Find the density of $Y = a/(1 + X^{2})$, where $X$ has the Cauchy distribution.
MY SOLUTION
To begin with, let us remember that the Cauchy probability density function is given by
\begin{align*}
f_{X}(x) = \frac{1}{\pi(1+x^{2})}\quad\text{for}\quad x\in\textbf{R}
\end{align*}
Consequently, the sought distribution is described as
\begin{align*}
F_{Y}(Y\leq y) &= \textbf{P}(Y\leq y) = \textbf{P}\left(\frac{a}{1+X^{2}} \leq y\right) = \textbf{P}\left(1+X^{2}\geq \frac{a}{y}\right)\\\\
& = \textbf{P}\left(|X|\geq \sqrt{\frac{a-y}{y}}\right) = \textbf{P}\left(X\geq \sqrt{\frac{a-y}{y}}\right) + \textbf{P}\left(X \leq -\sqrt{\frac{a-y}{y}}\right)\\\\
& = 1 – F_{X}\left(\sqrt{\frac{a-y}{y}}\right) + F_{X}\left(-\sqrt{\frac{a-y}{y}}\right)
\end{align*}
where $y\in(0,a]$. Finally, we have
\begin{align*}
F_{X}(x) = \int_{-\infty}^{x}f_{X}(u)\mathrm{d}u = \int_{-\infty}^{x}\frac{\mathrm{d}x}{\pi(1+x^{2})} = \frac{\arctan(x)}{\pi} + \frac{1}{2}\end{align*}
I have two questions.

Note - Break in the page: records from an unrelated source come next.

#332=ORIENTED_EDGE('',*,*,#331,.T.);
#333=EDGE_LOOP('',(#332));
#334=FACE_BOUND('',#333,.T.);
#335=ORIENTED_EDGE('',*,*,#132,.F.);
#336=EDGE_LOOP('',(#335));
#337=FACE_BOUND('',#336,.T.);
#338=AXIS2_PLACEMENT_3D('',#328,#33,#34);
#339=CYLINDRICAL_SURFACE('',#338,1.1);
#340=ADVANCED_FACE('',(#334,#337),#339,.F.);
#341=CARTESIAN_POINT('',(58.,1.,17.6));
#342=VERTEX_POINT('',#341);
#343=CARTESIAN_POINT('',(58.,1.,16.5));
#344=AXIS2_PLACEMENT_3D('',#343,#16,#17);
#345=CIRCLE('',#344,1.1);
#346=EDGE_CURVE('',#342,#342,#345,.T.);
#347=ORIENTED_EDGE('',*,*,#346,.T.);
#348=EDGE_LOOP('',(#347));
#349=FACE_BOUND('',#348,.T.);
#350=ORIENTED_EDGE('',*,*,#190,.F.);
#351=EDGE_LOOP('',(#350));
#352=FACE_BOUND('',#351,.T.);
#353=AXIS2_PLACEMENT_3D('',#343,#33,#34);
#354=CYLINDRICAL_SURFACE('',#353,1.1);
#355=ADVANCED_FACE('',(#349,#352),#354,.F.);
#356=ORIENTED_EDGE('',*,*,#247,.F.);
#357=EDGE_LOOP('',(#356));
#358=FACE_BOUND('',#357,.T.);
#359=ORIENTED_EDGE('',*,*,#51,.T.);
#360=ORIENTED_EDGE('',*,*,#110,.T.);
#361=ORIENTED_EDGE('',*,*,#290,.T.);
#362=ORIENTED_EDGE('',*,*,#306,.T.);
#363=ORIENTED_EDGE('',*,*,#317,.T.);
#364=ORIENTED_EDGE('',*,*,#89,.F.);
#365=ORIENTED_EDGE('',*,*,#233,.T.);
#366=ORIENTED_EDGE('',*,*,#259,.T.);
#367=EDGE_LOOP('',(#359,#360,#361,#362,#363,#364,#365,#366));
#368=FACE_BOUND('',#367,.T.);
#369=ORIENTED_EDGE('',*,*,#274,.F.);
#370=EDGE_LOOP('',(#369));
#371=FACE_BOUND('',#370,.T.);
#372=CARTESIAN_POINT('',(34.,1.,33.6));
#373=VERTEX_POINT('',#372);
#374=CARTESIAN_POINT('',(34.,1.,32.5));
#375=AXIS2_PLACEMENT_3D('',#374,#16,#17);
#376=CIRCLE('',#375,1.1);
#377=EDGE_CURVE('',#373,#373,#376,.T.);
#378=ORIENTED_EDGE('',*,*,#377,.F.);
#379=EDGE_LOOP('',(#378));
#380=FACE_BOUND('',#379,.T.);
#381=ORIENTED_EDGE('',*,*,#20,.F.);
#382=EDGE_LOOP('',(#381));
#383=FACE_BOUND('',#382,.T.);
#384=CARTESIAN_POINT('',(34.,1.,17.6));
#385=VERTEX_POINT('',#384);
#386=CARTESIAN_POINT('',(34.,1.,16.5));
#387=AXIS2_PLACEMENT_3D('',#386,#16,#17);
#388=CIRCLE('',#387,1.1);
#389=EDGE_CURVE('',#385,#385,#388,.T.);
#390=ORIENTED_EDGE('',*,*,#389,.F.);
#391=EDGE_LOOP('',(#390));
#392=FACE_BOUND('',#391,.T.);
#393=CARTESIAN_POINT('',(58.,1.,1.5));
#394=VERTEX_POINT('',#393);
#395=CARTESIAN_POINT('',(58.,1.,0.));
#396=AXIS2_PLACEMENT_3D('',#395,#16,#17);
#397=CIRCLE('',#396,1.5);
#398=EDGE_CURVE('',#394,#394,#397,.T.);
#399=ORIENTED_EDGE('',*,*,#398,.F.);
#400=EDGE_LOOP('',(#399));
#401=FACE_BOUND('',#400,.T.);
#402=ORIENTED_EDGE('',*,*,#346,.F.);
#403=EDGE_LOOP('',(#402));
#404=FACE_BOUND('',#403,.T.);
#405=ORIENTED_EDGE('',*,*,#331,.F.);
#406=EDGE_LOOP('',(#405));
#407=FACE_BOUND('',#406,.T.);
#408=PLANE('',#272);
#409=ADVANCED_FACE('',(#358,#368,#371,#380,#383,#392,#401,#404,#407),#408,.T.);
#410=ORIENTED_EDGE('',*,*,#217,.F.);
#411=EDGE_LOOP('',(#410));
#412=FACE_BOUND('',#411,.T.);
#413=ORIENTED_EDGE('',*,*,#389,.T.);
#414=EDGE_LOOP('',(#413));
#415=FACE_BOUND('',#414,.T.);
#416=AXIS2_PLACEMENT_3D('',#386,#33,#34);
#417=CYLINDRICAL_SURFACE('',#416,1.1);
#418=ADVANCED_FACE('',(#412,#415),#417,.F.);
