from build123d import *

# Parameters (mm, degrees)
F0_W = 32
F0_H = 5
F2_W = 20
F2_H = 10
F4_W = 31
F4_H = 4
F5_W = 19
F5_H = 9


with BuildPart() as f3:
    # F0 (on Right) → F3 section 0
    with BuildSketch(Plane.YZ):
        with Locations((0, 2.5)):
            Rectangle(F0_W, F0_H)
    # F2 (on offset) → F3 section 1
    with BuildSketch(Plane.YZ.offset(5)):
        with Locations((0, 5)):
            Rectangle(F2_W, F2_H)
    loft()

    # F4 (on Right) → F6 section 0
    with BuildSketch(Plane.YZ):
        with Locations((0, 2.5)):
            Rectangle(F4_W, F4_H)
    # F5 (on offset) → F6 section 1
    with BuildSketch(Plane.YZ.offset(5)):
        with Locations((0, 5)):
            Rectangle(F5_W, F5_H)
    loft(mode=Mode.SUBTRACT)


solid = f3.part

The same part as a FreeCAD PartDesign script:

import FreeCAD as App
import Part
import Sketcher
from FreeCAD import Vector
Q = App.Units.Quantity


def add_polygon(sketch, points):
    """Adds a closed chain of lines whose ends are joined by coincident constraints."""
    first, n = sketch.GeometryCount, len(points)
    for a, b in zip(points, points[1:] + points[:1]):
        sketch.addGeometry(Part.LineSegment(App.Vector(*a, 0), App.Vector(*b, 0)), False)
    for i in range(n):
        sketch.addConstraint(Sketcher.Constraint("Coincident", first + i, 2, first + (i + 1) % n, 1))

doc = App.newDocument("Part")
body = doc.addObject("PartDesign::Body", "Body")

sketch1 = body.newObject("Sketcher::SketchObject", "Sketch")
sketch1.AttachmentSupport = (doc.getObject("YZ_Plane"), [""])
sketch1.MapMode = "FlatFace"
add_polygon(sketch1, [(-16, 5), (-16, 0), (16, 0), (16, 5)])
sketch1.addConstraint(Sketcher.Constraint("Vertical", 0))
sketch1.addConstraint(Sketcher.Constraint("Horizontal", 1))
sketch1.addConstraint(Sketcher.Constraint("Vertical", 2))
sketch1.addConstraint(Sketcher.Constraint("Horizontal", 3))
sketch1.addConstraint(Sketcher.Constraint("Symmetric", 0, 2, 1, 2, -1, 1))
sketch1.addConstraint(Sketcher.Constraint("DistanceX", 1, 1, 1, 2, Q("32 mm")))
sketch1.addConstraint(Sketcher.Constraint("DistanceY", 0, 2, 0, 1, Q("5 mm")))

sketch2 = body.newObject("Sketcher::SketchObject", "Sketch001")
sketch2.AttachmentSupport = (doc.getObject("YZ_Plane"), [""])
sketch2.MapMode = "FlatFace"
sketch2.AttachmentOffset = App.Placement(Vector(0, 0, 5), App.Rotation())
add_polygon(sketch2, [(-10, 10), (-10, 0), (10, 0), (10, 10)])
sketch2.addConstraint(Sketcher.Constraint("Vertical", 0))
sketch2.addConstraint(Sketcher.Constraint("Horizontal", 1))
sketch2.addConstraint(Sketcher.Constraint("Vertical", 2))
sketch2.addConstraint(Sketcher.Constraint("Horizontal", 3))
sketch2.addConstraint(Sketcher.Constraint("Symmetric", 0, 2, 1, 2, -1, 1))
sketch2.addConstraint(Sketcher.Constraint("DistanceX", 1, 1, 1, 2, Q("20 mm")))
sketch2.addConstraint(Sketcher.Constraint("DistanceY", 0, 2, 0, 1, Q("10 mm")))

additiveloft = body.newObject("PartDesign::AdditiveLoft", "AdditiveLoft")
additiveloft.Profile = sketch1
additiveloft.Sections = [sketch2]

sketch3 = body.newObject("Sketcher::SketchObject", "Sketch002")
sketch3.AttachmentSupport = (doc.getObject("YZ_Plane"), [""])
sketch3.MapMode = "FlatFace"
add_polygon(sketch3, [(-15.5, 4.5), (-15.5, 0.5), (15.5, 0.5), (15.5, 4.5)])
sketch3.addConstraint(Sketcher.Constraint("Vertical", 0))
sketch3.addConstraint(Sketcher.Constraint("Horizontal", 1))
sketch3.addConstraint(Sketcher.Constraint("Vertical", 2))
sketch3.addConstraint(Sketcher.Constraint("Horizontal", 3))
sketch3.addConstraint(Sketcher.Constraint("DistanceX", 1, 1, 1, 2, Q("31 mm")))
sketch3.addConstraint(Sketcher.Constraint("DistanceY", 0, 2, 0, 1, Q("4 mm")))
sketch3.addConstraint(Sketcher.Constraint("DistanceX", 0, 2, -1, 1, Q("15.5 mm")))
sketch3.addConstraint(Sketcher.Constraint("DistanceY", -1, 1, 0, 2, Q("0.5 mm")))

sketch4 = body.newObject("Sketcher::SketchObject", "Sketch003")
sketch4.AttachmentSupport = (doc.getObject("YZ_Plane"), [""])
sketch4.MapMode = "FlatFace"
sketch4.AttachmentOffset = App.Placement(Vector(0, 0, 5), App.Rotation())
add_polygon(sketch4, [(-10, 10), (-10, 0), (10, 0), (10, 10)])
sketch4.addConstraint(Sketcher.Constraint("Vertical", 0))
sketch4.addConstraint(Sketcher.Constraint("Horizontal", 1))
sketch4.addConstraint(Sketcher.Constraint("Vertical", 2))
sketch4.addConstraint(Sketcher.Constraint("Horizontal", 3))
sketch4.addConstraint(Sketcher.Constraint("DistanceX", 1, 1, 1, 2, Q("19 mm")))
sketch4.addConstraint(Sketcher.Constraint("DistanceY", 0, 2, 0, 1, Q("9 mm")))
sketch4.addConstraint(Sketcher.Constraint("DistanceX", 0, 2, -1, 1, Q("9.5 mm")))
sketch4.addConstraint(Sketcher.Constraint("DistanceY", -1, 1, 0, 2, Q("0.5 mm")))

subtractiveloft = body.newObject("PartDesign::SubtractiveLoft", "SubtractiveLoft")
subtractiveloft.Profile = sketch3
subtractiveloft.Sections = [sketch4]

doc.recompute()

Firstly, I would like to know if this approach is correct. Secondly, I would like to know if there is another way to solve this problem. Thanks in advance!
Best Answer
A different way to approach this is to represent a Cauchy r.v. $X$ as the ratio of two independent $N(0,1)$ r.v.s. Once you write $X=S/T$, with $S,T\sim N(0,1)$ the representation $Y=aT^2/(S^2+T^2)$ drops out. And so on...
This method relies on "pattern matching" (you have to `know the ratio of Gaussians fact, you have to know what the distribution of $T^2/(S^2+T^2)$ is). But if you have these facts in your working tool kit, the calculus details are less intricate.